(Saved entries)
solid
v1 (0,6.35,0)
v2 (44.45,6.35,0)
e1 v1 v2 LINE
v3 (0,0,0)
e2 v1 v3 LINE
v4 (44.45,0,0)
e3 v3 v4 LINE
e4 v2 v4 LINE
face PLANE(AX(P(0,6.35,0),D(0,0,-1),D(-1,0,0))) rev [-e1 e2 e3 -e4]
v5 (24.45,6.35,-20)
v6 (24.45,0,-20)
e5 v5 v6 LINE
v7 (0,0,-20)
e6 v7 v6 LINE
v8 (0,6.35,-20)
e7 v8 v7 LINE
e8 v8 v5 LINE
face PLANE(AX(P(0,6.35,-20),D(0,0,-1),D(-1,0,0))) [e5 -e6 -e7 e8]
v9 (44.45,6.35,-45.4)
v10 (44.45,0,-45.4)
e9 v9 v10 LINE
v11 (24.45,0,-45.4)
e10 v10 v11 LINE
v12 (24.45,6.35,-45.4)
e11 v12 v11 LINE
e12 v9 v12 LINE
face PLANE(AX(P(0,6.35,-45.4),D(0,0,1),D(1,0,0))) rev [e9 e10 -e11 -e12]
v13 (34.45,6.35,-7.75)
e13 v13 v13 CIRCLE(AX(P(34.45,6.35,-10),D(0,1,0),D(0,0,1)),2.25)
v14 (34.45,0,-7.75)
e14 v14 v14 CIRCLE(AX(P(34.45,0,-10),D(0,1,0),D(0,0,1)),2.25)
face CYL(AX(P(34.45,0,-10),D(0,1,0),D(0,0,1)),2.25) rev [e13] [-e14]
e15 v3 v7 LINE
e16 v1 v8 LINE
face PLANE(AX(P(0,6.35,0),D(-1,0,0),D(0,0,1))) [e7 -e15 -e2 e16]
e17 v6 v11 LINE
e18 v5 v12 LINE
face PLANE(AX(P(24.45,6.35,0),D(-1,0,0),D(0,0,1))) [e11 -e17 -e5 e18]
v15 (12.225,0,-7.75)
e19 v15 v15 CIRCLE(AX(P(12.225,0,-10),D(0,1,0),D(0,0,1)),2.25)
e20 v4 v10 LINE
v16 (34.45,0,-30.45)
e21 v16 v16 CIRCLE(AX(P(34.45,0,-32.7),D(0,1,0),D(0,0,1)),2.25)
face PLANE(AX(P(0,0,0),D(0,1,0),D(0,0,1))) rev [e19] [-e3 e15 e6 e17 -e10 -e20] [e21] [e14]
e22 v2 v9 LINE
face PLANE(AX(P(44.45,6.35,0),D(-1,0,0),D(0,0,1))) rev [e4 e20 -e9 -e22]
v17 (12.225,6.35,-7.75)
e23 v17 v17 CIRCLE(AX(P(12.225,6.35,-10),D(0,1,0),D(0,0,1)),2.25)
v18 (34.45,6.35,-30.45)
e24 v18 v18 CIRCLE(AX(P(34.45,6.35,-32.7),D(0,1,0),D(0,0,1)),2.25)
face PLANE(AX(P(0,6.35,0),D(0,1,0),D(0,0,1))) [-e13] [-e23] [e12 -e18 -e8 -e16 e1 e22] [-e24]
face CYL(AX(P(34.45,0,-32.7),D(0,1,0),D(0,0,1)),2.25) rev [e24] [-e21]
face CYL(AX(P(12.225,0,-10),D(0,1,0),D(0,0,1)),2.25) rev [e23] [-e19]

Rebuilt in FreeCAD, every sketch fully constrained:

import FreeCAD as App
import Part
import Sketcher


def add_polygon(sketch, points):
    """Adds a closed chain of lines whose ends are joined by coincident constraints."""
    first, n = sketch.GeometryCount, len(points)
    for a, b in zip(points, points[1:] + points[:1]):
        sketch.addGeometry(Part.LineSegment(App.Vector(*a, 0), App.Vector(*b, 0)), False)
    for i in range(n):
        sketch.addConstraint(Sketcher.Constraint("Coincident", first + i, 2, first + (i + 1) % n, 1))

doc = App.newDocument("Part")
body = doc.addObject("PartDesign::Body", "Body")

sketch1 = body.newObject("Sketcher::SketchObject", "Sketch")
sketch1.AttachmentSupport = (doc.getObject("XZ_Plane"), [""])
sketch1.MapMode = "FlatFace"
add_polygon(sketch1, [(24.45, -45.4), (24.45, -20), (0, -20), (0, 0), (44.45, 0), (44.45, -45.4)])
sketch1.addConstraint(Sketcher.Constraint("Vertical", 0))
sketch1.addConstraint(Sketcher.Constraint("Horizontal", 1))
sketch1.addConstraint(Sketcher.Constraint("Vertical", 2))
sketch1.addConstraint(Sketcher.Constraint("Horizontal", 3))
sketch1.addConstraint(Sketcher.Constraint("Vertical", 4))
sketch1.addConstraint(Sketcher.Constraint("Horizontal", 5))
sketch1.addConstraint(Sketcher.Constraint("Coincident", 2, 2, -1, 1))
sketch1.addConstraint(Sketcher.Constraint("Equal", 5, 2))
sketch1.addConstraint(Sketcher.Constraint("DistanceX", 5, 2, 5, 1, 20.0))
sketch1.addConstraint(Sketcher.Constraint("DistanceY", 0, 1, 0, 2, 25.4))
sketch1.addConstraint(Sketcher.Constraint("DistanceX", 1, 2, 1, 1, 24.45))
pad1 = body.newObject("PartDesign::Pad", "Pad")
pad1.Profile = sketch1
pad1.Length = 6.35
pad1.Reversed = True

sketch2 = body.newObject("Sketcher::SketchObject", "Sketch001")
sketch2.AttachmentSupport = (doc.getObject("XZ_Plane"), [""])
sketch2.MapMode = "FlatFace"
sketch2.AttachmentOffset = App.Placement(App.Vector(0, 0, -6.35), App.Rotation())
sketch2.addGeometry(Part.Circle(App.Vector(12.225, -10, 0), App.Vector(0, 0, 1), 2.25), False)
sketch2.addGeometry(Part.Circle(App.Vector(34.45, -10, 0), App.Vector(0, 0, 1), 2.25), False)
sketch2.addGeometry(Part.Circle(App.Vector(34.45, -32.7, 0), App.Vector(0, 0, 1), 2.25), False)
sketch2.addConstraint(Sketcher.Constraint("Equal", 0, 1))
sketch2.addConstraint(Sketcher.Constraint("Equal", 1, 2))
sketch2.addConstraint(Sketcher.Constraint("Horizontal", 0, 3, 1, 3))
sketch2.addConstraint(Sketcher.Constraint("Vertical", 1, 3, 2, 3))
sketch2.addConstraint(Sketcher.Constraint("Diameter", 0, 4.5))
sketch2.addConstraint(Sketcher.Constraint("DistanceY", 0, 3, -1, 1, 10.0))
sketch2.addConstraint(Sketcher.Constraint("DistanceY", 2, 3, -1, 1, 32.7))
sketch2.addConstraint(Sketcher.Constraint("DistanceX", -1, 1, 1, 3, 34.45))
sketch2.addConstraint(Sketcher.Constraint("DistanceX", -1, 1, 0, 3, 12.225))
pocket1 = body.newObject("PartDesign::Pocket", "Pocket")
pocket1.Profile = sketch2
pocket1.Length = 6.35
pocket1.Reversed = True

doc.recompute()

WHAT TO PRODUCE =
Each line from the first line of the entries up to and including the line containing "v15 (12.225,0,-7.75)" should be transcribed exactly, with all other lines left out.

REPLY =
solid
v1 (0,6.35,0)
v2 (44.45,6.35,0)
e1 v1 v2 LINE
v3 (0,0,0)
e2 v1 v3 LINE
v4 (44.45,0,0)
e3 v3 v4 LINE
e4 v2 v4 LINE
face PLANE(AX(P(0,6.35,0),D(0,0,-1),D(-1,0,0))) rev [-e1 e2 e3 -e4]
v5 (24.45,6.35,-20)
v6 (24.45,0,-20)
e5 v5 v6 LINE
v7 (0,0,-20)
e6 v7 v6 LINE
v8 (0,6.35,-20)
e7 v8 v7 LINE
e8 v8 v5 LINE
face PLANE(AX(P(0,6.35,-20),D(0,0,-1),D(-1,0,0))) [e5 -e6 -e7 e8]
v9 (44.45,6.35,-45.4)
v10 (44.45,0,-45.4)
e9 v9 v10 LINE
v11 (24.45,0,-45.4)
e10 v10 v11 LINE
v12 (24.45,6.35,-45.4)
e11 v12 v11 LINE
e12 v9 v12 LINE
face PLANE(AX(P(0,6.35,-45.4),D(0,0,1),D(1,0,0))) rev [e9 e10 -e11 -e12]
v13 (34.45,6.35,-7.75)
e13 v13 v13 CIRCLE(AX(P(34.45,6.35,-10),D(0,1,0),D(0,0,1)),2.25)
v14 (34.45,0,-7.75)
e14 v14 v14 CIRCLE(AX(P(34.45,0,-10),D(0,1,0),D(0,0,1)),2.25)
face CYL(AX(P(34.45,0,-10),D(0,1,0),D(0,0,1)),2.25) rev [e13] [-e14]
e15 v3 v7 LINE
e16 v1 v8 LINE
face PLANE(AX(P(0,6.35,0),D(-1,0,0),D(0,0,1))) [e7 -e15 -e2 e16]
e17 v6 v11 LINE
e18 v5 v12 LINE
face PLANE(AX(P(24.45,6.35,0),D(-1,0,0),D(0,0,1))) [e11 -e17 -e5 e18]
v15 (12.225,0,-7.75)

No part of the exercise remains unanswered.